Manoel, tens razão. Venho tarde. Desculpa.
Mas não foi Anto, não fui eu quem teve a culpa,
Foi Coimbra. Foi esta paysagem triste, triste,
A cuja influencia a minha alma não reziste,
Queres noticias? Queres que os meus nervos fallem?
Vá! dize aos choupos do Mondego que se callem…

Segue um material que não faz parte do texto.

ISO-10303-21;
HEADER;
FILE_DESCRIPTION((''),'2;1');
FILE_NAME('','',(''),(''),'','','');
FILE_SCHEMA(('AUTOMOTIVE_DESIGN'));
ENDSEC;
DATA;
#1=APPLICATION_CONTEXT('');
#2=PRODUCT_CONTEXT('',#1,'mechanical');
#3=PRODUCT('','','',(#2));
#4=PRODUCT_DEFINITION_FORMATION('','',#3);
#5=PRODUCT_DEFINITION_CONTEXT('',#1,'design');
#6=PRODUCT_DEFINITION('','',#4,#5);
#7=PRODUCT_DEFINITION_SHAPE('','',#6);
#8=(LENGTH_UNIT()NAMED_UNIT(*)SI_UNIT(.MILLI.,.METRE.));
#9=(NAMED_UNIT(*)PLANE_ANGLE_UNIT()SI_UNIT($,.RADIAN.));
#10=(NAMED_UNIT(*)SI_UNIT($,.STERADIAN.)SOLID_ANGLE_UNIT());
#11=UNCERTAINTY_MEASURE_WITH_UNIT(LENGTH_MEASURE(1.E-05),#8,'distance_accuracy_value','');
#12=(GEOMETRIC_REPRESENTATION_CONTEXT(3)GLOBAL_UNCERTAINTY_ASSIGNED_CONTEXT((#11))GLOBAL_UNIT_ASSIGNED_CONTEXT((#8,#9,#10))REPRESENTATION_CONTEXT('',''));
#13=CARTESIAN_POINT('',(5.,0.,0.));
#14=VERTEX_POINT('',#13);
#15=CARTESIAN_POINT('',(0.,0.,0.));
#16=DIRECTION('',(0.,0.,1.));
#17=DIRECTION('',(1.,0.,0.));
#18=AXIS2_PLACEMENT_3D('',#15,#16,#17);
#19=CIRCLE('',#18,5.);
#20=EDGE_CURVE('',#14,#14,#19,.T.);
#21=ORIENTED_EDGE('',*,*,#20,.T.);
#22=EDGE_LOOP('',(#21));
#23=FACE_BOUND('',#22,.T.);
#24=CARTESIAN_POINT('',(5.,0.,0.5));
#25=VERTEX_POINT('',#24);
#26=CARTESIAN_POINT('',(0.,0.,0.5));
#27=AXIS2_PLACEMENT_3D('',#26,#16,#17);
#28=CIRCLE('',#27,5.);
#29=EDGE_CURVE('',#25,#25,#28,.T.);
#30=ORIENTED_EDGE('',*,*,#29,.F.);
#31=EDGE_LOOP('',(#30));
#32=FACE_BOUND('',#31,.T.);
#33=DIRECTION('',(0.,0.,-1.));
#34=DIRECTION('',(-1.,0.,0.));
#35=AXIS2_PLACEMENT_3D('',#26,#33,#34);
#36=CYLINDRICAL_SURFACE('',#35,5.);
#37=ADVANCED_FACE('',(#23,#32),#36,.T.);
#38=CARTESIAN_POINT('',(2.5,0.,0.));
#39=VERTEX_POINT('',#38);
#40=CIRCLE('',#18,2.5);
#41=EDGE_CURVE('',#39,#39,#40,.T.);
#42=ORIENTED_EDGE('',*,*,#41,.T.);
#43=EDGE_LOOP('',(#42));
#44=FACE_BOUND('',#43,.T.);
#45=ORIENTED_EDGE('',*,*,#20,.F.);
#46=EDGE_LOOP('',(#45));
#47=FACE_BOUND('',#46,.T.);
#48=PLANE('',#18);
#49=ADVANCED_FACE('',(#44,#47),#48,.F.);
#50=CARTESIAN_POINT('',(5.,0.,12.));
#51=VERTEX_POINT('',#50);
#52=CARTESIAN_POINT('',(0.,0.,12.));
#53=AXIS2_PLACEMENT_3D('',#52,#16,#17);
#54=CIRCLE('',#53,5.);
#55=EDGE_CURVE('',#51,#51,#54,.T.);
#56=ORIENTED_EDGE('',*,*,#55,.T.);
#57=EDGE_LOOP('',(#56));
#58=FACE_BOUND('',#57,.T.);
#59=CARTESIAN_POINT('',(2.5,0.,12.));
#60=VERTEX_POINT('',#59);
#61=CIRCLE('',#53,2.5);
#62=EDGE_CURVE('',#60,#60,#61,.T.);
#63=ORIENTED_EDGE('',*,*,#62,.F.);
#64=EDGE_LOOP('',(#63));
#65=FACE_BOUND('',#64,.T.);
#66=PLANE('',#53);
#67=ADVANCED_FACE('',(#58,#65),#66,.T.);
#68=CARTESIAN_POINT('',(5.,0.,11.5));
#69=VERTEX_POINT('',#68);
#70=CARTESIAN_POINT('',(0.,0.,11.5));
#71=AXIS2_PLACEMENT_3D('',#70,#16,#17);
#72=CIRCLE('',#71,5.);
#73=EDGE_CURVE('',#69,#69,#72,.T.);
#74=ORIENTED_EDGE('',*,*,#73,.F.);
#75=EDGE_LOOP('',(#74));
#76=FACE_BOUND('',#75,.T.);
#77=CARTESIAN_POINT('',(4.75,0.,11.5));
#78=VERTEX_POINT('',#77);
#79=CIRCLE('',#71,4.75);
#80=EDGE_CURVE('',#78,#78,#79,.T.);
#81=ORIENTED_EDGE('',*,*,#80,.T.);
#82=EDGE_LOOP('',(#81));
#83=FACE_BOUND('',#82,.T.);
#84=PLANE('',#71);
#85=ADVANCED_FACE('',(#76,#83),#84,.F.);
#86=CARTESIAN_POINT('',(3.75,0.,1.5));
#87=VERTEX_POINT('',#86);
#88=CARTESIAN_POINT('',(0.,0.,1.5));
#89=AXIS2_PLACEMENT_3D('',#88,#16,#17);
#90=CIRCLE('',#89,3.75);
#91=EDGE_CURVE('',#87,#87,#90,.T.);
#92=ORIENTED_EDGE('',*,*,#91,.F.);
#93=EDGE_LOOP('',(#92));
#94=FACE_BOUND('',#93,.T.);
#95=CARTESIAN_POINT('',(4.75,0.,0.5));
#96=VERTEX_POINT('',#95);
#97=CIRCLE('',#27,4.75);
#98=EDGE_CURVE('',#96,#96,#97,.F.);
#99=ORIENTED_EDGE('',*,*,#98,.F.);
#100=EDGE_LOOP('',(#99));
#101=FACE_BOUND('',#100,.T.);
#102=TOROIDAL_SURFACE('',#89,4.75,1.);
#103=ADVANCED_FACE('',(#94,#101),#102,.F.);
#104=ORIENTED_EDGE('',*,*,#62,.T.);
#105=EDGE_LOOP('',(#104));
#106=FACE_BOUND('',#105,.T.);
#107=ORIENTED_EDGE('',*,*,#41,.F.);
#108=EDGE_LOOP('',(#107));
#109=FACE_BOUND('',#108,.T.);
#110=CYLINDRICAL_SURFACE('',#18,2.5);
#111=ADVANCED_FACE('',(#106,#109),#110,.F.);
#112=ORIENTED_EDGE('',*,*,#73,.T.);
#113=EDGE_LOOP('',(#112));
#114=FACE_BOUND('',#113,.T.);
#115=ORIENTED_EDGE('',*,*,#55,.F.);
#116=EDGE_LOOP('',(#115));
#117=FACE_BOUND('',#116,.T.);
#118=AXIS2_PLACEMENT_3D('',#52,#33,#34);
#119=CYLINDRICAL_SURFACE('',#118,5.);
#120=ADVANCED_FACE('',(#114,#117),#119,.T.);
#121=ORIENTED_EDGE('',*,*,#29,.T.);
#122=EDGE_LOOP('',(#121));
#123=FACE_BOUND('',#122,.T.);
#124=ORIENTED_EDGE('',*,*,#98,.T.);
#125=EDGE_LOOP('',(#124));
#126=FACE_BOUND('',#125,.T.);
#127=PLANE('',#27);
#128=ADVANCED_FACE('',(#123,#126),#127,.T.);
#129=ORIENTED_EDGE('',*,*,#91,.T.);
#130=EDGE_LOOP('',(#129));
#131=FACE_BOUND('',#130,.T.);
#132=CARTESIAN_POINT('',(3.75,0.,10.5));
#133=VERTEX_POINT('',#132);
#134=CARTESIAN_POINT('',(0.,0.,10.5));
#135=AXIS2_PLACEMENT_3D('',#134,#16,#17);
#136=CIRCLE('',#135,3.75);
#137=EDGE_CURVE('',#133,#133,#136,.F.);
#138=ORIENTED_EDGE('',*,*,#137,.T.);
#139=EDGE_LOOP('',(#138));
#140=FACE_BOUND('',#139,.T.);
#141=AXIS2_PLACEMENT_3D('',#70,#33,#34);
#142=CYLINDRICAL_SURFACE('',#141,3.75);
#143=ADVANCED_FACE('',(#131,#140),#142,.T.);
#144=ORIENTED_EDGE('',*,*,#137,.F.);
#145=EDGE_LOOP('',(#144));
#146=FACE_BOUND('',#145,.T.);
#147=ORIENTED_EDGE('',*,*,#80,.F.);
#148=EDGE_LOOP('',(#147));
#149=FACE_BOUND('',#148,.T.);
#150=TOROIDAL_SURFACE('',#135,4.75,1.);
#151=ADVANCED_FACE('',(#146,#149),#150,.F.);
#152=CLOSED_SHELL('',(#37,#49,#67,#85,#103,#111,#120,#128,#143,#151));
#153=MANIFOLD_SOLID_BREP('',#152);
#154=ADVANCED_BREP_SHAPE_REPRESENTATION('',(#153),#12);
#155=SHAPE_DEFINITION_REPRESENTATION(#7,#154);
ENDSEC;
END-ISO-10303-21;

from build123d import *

# Parameters (mm, degrees)
SKETCH_1_R          = 5
EXTRUDE_1_DEPTH     = 0.5
SKETCH_2_R          = 3.75
EXTRUDE_2_DEPTH     = 11
SKETCH_3_R          = 5
EXTRUDE_3_DEPTH     = 0.5
SKETCH_4_R          = 2.5
CUT_EXTRUDE_1_DEPTH = 14.928388277
FILLET_1_R          = 1


with BuildPart() as part:
    # 草图1 → 凸台-拉伸1 (new body)
    with BuildSketch(Plane.XY):
        Circle(SKETCH_1_R)
    extrude(amount=EXTRUDE_1_DEPTH)

    # 草图2 → 凸台-拉伸2 (add)
    with BuildSketch(Plane.XY.offset(0.5)):
        Circle(SKETCH_2_R)
    extrude(amount=EXTRUDE_2_DEPTH)

    # 草图3 → 凸台-拉伸3 (add)
    with BuildSketch(Plane.XY.offset(11.5)):
        Circle(SKETCH_3_R)
    extrude(amount=EXTRUDE_3_DEPTH)

    # 草图4 → 切除-拉伸1 (cut, through all)
    with BuildSketch(Plane.XY.offset(12)):
        Circle(SKETCH_4_R)
    extrude(amount=-CUT_EXTRUDE_1_DEPTH, mode=Mode.SUBTRACT)

    # 圆角1
    fillet_1_edges = [part.edges().sort_by_distance(p)[0] for p in [
        (-3.75, 0, 0.5),
        (-3.75, 0, 11.5),
    ]]
    fillet(fillet_1_edges, radius=FILLET_1_R)


solid = part.part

E pede ao vento que não uive e gema tanto:
Que, emfim, se soffre abafe as torturas em pranto,
Mas que me deixe em paz! Ah tu não imaginas
Quanto isto me faz mal! Peor que as sabbatinas
Dos ursos na aula, peor que beatas correrias
De velhas magras, galopando Ave-Marias,
Peor que um diamante a riscar na vidraça!
Peor eu sei lá, Manoel, peor que uma desgraça!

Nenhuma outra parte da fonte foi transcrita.